If creation of the pod fails in your cluster, check whether you have a [`PodSecurityPolicy`](https://kubernetes.io/docs/concepts/policy/pod-security-policy/#privileged) that allows privileged pods.

* Keep in mind that you cannot use environment variables like `"$(PORT)"` as identifiers inside the args field.
This is because there is no shell being run in the container and your variables won't resolve to their values.

* Make sure your service account has a role that can access the services, pods and deployment resources of your cluster. An example ClusterRole with some privileges is shown below.
```yml
kind: ClusterRole
apiVersion: rbac.authorization.k8s.io/v1
metadata:
namespace: kube-system
name: health-manager
rules:
- apiGroups: [""] # "" indicates the core API group
resources: ["services", "pods"]
verbs: ["get", "watch", "list", "create", "update", "patch", "delete"]
- apiGroups: ["extensions", "apps"]
resources: ["deployments"]
verbs: ["get", "watch", "list", "create", "update", "patch", "delete"]
```
This cluster role can be bound to your default service account in the default namespace as follows:
```
kubectl create clusterrolebinding health-role-pod \
--clusterrole=health-manager \
--serviceaccount=default:default
```
## Milestones ✨

Here I will list the milestones achieved in sync with the tasks done on the project board.

* Connection to the api-server established on an AKS cluster.

![Cloud Shell logs from the health-check pod](https://user-images.githubusercontent.com/37150991/83383036-ee68f580-a401-11ea-9340-970411d09652.png)

* Service and Pod IPs successfully retrieved.

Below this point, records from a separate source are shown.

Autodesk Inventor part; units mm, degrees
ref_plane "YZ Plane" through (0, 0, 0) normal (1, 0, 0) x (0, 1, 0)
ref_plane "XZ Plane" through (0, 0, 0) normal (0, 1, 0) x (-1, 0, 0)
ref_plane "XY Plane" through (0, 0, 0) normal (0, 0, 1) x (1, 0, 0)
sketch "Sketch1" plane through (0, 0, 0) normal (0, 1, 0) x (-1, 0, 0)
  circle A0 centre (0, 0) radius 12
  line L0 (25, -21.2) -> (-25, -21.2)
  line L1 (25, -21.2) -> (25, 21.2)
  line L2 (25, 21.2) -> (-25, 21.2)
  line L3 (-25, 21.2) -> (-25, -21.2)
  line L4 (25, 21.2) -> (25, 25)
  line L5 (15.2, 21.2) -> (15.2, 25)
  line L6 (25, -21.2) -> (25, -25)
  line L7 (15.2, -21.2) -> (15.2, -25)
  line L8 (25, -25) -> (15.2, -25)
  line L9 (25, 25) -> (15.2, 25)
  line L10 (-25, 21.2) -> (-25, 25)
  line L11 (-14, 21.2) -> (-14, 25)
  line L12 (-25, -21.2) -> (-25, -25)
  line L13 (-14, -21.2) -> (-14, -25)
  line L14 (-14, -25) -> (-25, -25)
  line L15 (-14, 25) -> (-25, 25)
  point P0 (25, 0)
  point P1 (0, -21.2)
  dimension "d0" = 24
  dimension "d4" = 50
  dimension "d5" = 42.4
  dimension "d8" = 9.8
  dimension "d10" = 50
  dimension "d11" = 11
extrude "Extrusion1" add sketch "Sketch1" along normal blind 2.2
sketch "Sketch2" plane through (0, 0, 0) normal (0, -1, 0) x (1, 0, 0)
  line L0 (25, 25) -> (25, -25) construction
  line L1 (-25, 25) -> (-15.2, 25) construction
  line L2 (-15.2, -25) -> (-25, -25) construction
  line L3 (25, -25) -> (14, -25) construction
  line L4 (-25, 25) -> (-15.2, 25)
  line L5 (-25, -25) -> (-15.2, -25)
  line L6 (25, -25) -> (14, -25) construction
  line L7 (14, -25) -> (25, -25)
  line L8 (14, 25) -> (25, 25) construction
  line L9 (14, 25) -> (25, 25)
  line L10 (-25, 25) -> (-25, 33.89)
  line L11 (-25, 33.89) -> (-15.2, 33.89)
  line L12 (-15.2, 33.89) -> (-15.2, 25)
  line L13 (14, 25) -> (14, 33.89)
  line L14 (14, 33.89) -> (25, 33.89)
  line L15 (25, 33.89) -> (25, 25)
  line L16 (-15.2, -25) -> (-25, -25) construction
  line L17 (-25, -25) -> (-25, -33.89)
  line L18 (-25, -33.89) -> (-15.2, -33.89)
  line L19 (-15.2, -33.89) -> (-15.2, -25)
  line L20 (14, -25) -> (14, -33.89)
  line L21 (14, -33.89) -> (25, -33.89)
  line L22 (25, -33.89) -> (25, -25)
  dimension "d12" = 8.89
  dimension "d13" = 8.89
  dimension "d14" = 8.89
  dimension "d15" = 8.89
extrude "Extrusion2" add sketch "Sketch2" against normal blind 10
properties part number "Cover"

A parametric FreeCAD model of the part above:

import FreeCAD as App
import Part
import Sketcher
from FreeCAD import Vector


def add_polygon(sketch, points):
    """Adds a closed chain of lines whose ends are joined by coincident constraints."""
    first, n = sketch.GeometryCount, len(points)
    for a, b in zip(points, points[1:] + points[:1]):
        sketch.addGeometry(Part.LineSegment(App.Vector(*a, 0), App.Vector(*b, 0)), False)
    for i in range(n):
        sketch.addConstraint(Sketcher.Constraint("Coincident", first + i, 2, first + (i + 1) % n, 1))

doc = App.newDocument("Part")
body = doc.addObject("PartDesign::Body", "Body")

# Sketch on XZ plane
sketch1 = body.newObject("Sketcher::SketchObject", "Sketch")
sketch1.AttachmentSupport = (doc.getObject("XZ_Plane"), [""])
sketch1.MapMode = "FlatFace"
add_polygon(sketch1, [(-25, -25), (-25, 25), (-15.2, 25), (-15.2, 21.2), (14, 21.2), (14, 25), (25, 25), (25, -25), (14, -25), (14, -21.2), (-15.2, -21.2), (-15.2, -25)])  # lines 0-11
sketch1.addGeometry(Part.Circle(Vector(0, 0, 0), Vector(0, 0, 1), 12), False)  # 12
sketch1.addConstraint([
    Sketcher.Constraint("Vertical", 0),
    Sketcher.Constraint("Horizontal", 1),
    Sketcher.Constraint("Vertical", 2),
    Sketcher.Constraint("Horizontal", 3),
    Sketcher.Constraint("Vertical", 4),
    Sketcher.Constraint("Horizontal", 5),
    Sketcher.Constraint("Vertical", 6),
    Sketcher.Constraint("Horizontal", 7),
    Sketcher.Constraint("Vertical", 8),
    Sketcher.Constraint("Horizontal", 9),
    Sketcher.Constraint("Vertical", 10),
    Sketcher.Constraint("Horizontal", 11),
    Sketcher.Constraint("Coincident", 12, 3, -1, 1),
    Sketcher.Constraint("Symmetric", 0, 2, 6, 2, -1, 1),
    Sketcher.Constraint("Symmetric", 4, 2, 7, 2, -1),
    Sketcher.Constraint("Symmetric", 2, 2, 9, 2, -1),
    Sketcher.Constraint("Horizontal", 7, 2, 10, 2),
    Sketcher.Constraint("Diameter", 12, 24.0),
    Sketcher.Constraint("DistanceX", 5, 1, 5, 2, 11.0),
    Sketcher.Constraint("DistanceY", 0, 1, 0, 2, 50.0),
    Sketcher.Constraint("DistanceX", 1, 1, 1, 2, 9.8),
    Sketcher.Constraint("DistanceY", 8, 2, 3, 2, 42.4),
    Sketcher.Constraint("DistanceX", 3, 1, 3, 2, 29.2),
])
pad1 = body.newObject("PartDesign::Pad", "Pad")
pad1.Profile = sketch1
pad1.Length = 2.2
pad1.Reversed = True

# Sketch on XZ plane
sketch2 = body.newObject("Sketcher::SketchObject", "Sketch001")
sketch2.AttachmentSupport = (doc.getObject("XZ_Plane"), [""])
sketch2.MapMode = "FlatFace"
add_polygon(sketch2, [(-25, 34), (-25, 25), (-15, 25), (-15, 34)])  # lines 0-3
add_polygon(sketch2, [(-15, -25), (-25, -25), (-25, -34), (-15, -34)])  # lines 4-7
add_polygon(sketch2, [(25, -25), (14, -25), (14, -34), (25, -34)])  # lines 8-11
add_polygon(sketch2, [(14, 34), (14, 25), (25, 25), (25, 34)])  # lines 12-15
sketch2.addConstraint([
    Sketcher.Constraint("Vertical", 0),
    Sketcher.Constraint("Horizontal", 1),
    Sketcher.Constraint("Vertical", 2),
    Sketcher.Constraint("Horizontal", 3),
    Sketcher.Constraint("Horizontal", 4),
    Sketcher.Constraint("Vertical", 5),
    Sketcher.Constraint("Horizontal", 6),
    Sketcher.Constraint("Vertical", 7),
    Sketcher.Constraint("Horizontal", 8),
    Sketcher.Constraint("Vertical", 9),
    Sketcher.Constraint("Horizontal", 10),
    Sketcher.Constraint("Vertical", 11),
    Sketcher.Constraint("Vertical", 12),
    Sketcher.Constraint("Horizontal", 13),
    Sketcher.Constraint("Vertical", 14),
    Sketcher.Constraint("Horizontal", 15),
    Sketcher.Constraint("Symmetric", 3, 2, 10, 2, -1, 1),
    Sketcher.Constraint("Symmetric", 4, 2, 13, 2, -1, 1),
    Sketcher.Constraint("Symmetric", 5, 2, 10, 2, -2),
    Sketcher.Constraint("Symmetric", 1, 2, 7, 2, -1),
    Sketcher.Constraint("Symmetric", 8, 2, 12, 2, -1),
    Sketcher.Constraint("Horizontal", 3, 2, 14, 2),
    Sketcher.Constraint("DistanceY", 0, 2, 0, 1, 8.89),
    Sketcher.Constraint("DistanceX", 8, 2, 8, 1, 11.0),
    Sketcher.Constraint("DistanceX", 1, 1, 1, 2, 9.8),
    Sketcher.Constraint("DistanceX", 0, 2, -1, 1, 25.0),
    Sketcher.Constraint("DistanceY", -1, 1, 0, 2, 25.0),
])
pad2 = body.newObject("PartDesign::Pad", "Pad001")
pad2.Profile = sketch2
pad2.Length = 10
pad2.Reversed = True

doc.recompute()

![Logs show the different IPs](https://user-images.githubusercontent.com/37150991/83383009-e6a95100-a401-11ea-810d-a3d3b4c83b98.png)

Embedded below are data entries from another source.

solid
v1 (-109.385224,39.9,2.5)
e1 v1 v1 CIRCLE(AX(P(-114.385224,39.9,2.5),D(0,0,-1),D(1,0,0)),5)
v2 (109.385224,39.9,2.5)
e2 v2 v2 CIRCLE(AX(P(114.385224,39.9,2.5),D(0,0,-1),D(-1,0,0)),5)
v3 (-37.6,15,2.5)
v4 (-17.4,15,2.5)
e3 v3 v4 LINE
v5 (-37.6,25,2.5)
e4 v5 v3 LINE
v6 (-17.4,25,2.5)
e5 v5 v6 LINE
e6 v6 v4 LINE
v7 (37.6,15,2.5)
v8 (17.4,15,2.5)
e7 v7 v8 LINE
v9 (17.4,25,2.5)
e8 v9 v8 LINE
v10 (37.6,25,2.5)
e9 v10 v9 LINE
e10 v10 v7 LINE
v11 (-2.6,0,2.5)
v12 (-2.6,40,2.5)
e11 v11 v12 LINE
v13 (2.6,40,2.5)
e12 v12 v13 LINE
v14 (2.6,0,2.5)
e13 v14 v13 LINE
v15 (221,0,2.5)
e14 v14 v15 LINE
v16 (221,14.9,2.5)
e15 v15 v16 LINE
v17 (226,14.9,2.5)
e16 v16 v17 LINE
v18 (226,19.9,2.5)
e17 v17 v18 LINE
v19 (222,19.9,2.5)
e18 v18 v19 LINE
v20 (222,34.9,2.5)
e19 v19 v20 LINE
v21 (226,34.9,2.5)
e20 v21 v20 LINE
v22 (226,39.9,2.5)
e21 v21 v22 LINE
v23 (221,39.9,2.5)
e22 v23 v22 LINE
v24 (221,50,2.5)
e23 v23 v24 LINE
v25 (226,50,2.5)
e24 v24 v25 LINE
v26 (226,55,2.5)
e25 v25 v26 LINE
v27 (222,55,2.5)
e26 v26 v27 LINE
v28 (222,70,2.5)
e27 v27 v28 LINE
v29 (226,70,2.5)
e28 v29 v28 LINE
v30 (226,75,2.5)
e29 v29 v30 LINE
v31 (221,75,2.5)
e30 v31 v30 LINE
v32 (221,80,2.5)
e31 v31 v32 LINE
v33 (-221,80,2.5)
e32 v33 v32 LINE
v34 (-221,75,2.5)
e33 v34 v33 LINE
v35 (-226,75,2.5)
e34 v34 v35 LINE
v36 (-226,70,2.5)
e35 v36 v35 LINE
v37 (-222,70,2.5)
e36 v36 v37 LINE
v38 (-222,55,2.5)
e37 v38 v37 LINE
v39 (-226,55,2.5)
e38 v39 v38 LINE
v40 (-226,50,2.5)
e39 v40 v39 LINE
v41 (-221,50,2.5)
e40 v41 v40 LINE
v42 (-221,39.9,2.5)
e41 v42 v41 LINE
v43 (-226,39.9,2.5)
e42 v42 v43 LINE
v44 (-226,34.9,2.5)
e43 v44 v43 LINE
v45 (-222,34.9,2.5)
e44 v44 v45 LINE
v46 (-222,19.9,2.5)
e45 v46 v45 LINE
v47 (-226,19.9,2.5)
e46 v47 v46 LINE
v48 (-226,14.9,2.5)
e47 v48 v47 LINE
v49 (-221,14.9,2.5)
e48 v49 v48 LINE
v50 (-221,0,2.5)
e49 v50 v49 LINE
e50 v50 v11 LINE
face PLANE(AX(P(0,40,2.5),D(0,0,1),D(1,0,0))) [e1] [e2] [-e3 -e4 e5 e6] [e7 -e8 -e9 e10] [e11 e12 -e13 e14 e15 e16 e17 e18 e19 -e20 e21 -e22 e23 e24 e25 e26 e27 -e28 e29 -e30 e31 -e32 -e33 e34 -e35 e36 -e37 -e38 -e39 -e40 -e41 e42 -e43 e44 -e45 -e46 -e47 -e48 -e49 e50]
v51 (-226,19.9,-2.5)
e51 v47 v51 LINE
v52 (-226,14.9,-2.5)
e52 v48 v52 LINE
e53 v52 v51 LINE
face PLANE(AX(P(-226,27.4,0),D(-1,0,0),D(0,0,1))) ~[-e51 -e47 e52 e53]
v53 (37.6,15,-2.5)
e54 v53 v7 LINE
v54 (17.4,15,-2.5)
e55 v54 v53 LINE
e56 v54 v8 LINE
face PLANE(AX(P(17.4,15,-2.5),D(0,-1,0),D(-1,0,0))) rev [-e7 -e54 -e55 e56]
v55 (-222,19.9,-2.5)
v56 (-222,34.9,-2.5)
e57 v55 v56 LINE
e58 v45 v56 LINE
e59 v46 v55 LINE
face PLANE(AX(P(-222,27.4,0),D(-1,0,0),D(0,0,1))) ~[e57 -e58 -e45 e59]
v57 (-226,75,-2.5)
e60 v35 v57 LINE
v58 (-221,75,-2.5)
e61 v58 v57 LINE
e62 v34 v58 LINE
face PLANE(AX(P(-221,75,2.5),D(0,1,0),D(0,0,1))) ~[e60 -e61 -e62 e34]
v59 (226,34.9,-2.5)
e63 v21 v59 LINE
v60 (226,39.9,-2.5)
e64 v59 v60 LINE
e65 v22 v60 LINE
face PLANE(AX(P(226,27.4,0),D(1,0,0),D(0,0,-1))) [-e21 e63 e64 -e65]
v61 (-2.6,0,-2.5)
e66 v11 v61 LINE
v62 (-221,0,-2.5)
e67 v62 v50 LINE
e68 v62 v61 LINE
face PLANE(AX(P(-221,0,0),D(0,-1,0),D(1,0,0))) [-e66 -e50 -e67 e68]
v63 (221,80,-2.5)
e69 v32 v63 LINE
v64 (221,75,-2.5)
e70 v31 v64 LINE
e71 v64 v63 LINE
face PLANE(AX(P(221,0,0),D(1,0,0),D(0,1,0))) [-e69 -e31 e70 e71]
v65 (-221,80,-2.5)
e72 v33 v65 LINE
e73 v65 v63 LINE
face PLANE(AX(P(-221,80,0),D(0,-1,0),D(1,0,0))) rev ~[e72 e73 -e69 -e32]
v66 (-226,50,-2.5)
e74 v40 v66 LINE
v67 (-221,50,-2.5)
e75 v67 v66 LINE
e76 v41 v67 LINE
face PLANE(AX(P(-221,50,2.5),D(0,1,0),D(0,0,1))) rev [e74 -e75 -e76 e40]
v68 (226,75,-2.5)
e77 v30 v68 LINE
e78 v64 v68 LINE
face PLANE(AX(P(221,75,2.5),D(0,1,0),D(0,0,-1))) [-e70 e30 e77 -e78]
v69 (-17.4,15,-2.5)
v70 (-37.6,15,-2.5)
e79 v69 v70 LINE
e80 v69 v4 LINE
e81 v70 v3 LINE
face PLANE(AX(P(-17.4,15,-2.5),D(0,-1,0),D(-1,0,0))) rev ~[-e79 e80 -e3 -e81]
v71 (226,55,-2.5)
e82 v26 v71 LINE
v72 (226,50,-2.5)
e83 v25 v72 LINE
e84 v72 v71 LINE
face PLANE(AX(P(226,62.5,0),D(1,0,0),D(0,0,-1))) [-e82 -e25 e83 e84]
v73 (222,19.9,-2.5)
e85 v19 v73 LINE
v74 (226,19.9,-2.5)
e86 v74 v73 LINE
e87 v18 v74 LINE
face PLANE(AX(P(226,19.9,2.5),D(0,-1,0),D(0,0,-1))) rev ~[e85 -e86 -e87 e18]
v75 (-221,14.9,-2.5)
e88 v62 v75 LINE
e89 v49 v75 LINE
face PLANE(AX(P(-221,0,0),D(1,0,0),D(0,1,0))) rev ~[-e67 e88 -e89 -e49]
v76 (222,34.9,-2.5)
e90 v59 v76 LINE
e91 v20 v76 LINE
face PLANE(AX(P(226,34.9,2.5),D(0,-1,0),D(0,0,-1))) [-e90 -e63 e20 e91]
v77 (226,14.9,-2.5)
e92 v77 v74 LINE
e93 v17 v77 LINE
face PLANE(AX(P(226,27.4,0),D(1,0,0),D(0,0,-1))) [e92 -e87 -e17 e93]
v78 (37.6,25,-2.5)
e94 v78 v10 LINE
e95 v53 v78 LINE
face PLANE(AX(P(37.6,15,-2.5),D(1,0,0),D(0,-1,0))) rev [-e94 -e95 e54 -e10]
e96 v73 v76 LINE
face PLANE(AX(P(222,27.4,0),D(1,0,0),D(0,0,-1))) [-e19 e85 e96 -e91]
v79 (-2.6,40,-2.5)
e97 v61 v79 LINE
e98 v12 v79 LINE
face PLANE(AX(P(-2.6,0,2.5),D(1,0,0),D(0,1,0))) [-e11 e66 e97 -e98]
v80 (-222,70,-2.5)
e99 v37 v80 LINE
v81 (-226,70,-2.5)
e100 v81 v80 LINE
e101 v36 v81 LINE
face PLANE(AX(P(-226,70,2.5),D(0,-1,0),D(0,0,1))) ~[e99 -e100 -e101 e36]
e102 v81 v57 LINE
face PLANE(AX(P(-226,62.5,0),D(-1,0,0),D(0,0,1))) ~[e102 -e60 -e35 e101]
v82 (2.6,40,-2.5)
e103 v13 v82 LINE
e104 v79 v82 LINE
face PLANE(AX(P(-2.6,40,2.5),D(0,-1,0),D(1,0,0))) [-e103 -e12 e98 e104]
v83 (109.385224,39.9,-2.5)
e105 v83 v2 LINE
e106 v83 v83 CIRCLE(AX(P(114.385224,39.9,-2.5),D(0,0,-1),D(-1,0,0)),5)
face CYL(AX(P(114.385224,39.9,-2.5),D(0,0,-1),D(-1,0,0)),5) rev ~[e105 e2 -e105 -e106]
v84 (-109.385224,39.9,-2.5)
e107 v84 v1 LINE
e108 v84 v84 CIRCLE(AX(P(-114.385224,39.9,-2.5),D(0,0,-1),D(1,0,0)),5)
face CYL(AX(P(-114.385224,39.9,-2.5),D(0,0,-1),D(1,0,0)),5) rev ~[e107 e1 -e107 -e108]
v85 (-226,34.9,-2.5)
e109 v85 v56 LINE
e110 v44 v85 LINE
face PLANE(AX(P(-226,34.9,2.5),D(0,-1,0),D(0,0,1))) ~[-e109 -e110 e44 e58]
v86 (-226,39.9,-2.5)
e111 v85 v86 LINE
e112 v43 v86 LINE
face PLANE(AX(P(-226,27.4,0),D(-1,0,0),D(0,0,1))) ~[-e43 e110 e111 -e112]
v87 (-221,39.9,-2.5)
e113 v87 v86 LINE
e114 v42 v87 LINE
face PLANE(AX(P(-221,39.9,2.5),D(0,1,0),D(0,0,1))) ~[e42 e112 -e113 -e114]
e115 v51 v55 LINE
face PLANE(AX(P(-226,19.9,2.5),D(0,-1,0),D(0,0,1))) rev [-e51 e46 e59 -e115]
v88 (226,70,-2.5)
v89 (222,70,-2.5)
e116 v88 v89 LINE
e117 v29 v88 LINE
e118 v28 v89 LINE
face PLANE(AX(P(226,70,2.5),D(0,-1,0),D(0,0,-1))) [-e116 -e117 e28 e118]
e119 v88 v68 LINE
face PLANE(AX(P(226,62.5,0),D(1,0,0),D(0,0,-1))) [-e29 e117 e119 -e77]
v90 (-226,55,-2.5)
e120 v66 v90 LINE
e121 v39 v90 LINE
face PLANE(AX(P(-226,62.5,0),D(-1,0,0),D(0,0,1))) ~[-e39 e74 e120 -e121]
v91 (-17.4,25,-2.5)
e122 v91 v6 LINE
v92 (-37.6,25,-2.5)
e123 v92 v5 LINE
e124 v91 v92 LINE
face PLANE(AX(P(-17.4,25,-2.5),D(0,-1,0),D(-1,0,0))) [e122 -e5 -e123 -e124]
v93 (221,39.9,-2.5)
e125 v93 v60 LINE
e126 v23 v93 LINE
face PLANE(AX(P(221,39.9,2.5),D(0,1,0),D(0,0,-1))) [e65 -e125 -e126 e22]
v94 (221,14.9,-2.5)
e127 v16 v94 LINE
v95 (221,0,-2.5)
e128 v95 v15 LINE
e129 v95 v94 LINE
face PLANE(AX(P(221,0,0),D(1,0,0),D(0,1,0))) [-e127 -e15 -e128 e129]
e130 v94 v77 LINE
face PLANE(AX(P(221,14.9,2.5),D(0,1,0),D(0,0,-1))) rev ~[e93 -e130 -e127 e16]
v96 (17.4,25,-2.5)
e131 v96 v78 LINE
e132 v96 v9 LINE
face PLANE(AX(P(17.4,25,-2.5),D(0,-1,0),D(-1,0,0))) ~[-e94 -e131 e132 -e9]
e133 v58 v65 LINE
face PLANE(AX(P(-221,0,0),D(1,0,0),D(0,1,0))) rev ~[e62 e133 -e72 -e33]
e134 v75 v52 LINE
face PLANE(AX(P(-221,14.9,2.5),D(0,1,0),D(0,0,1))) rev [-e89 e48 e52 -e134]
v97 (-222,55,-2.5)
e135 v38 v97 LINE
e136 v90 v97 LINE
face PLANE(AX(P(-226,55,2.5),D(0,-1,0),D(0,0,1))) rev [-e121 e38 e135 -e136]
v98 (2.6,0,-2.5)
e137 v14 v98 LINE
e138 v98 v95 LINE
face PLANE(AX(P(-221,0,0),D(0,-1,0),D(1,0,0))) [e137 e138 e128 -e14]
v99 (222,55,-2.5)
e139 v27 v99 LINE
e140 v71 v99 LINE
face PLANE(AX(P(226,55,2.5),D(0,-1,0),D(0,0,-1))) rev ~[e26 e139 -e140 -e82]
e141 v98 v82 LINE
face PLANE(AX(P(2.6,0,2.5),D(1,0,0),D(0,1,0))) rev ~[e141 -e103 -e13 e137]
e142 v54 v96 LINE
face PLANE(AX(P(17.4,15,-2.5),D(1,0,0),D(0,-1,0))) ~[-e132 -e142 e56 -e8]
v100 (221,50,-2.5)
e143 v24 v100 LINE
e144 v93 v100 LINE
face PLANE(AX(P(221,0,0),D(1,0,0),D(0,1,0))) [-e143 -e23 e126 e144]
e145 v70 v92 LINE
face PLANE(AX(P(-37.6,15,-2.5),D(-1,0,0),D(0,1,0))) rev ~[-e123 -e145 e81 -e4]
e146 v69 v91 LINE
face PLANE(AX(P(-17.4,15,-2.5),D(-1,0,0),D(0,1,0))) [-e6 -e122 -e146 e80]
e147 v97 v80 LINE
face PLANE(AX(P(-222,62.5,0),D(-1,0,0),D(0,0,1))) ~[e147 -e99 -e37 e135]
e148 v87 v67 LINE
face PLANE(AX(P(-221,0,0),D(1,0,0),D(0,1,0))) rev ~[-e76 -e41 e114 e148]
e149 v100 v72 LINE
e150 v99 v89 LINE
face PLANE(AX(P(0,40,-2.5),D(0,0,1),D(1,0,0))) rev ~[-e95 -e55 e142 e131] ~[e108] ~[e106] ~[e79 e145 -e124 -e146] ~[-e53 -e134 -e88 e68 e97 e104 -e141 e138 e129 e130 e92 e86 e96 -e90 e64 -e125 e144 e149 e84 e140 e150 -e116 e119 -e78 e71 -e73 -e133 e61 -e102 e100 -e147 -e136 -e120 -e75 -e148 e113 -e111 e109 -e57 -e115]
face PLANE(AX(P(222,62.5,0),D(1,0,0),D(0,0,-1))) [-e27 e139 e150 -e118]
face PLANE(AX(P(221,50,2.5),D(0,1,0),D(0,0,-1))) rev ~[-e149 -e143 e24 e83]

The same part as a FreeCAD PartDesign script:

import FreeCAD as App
import Part
import Sketcher

V = App.Vector


def add_polygon(sketch, points):
    """Adds a closed chain of lines whose ends are joined by coincident constraints."""
    first, n = sketch.GeometryCount, len(points)
    for a, b in zip(points, points[1:] + points[:1]):
        sketch.addGeometry(Part.LineSegment(App.Vector(*a, 0), App.Vector(*b, 0)), False)
    for i in range(n):
        sketch.addConstraint(Sketcher.Constraint("Coincident", first + i, 2, first + (i + 1) % n, 1))

doc = App.newDocument("Part")
body = doc.addObject("PartDesign::Body", "Body")

# Sketch on XY plane
sketch1 = doc.addObject("Sketcher::SketchObject", "Sketch")
body.addObject(sketch1)
sketch1.AttachmentSupport = (doc.XY_Plane, [""])
sketch1.MapMode = "FlatFace"
add_polygon(sketch1, [(-221, 80), (-221, 0), (221, 0), (221, 80)])  # lines 0-3
sketch1.addConstraint([
    Sketcher.Constraint("Vertical", 0),
    Sketcher.Constraint("Horizontal", 1),
    Sketcher.Constraint("Vertical", 2),
    Sketcher.Constraint("Horizontal", 3),
    Sketcher.Constraint("Symmetric", 0, 2, 1, 2, -1, 1),
    Sketcher.Constraint("DistanceX", 1, 1, 1, 2, 442.0),
    Sketcher.Constraint("DistanceY", 0, 2, 0, 1, 80.0),
])
pad1 = doc.addObject("PartDesign::Pad", "Pad")
body.addObject(pad1)
pad1.Profile = sketch1
pad1.Length = 5
pad1.Midplane = True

* Restarting CoreDNS pods through the binary. The logs shows the pods to be deleted.

![The logs show the pods to be deleted](https://user-images.githubusercontent.com/37150991/84131657-7a15fe00-aa62-11ea-8ebd-5410f28ce786.png)

The condition of invalid output has been harcoded in order to force a restart, for testing purposes.

![We can see that new pods have been created](https://user-images.githubusercontent.com/37150991/84131724-8dc16480-aa62-11ea-85d9-d9fe5117cbad.png)
We can see that new pods have been created.

* Functionality of `dig` replicated using `miekg/exdns/q` inside the health-check app.
The first two IPs belong to the CoreDNS pods. The third is the `ClusterIP` for the `kube-dns` service.

![](https://user-images.githubusercontent.com/37150991/84260469-b9624e80-ab37-11ea-8a53-a4e3f8d95875.png)
I have selected the `kubernetes.default` service to test the DNS response.

* Doubling the memory allocation for the CoreDNS pods.

![](https://user-images.githubusercontent.com/37150991/89102633-dd039000-d428-11ea-9292-41d54b61a3bf.png)
At first, the memory limit is 170Mi

![](https://user-images.githubusercontent.com/37150991/89102657-0e7c5b80-d429-11ea-8760-c5ec87e7ea97.png)
Later, it is doubled to 340Mi. This was triggered when multiple subsequent restarts failed to make the pods healthy.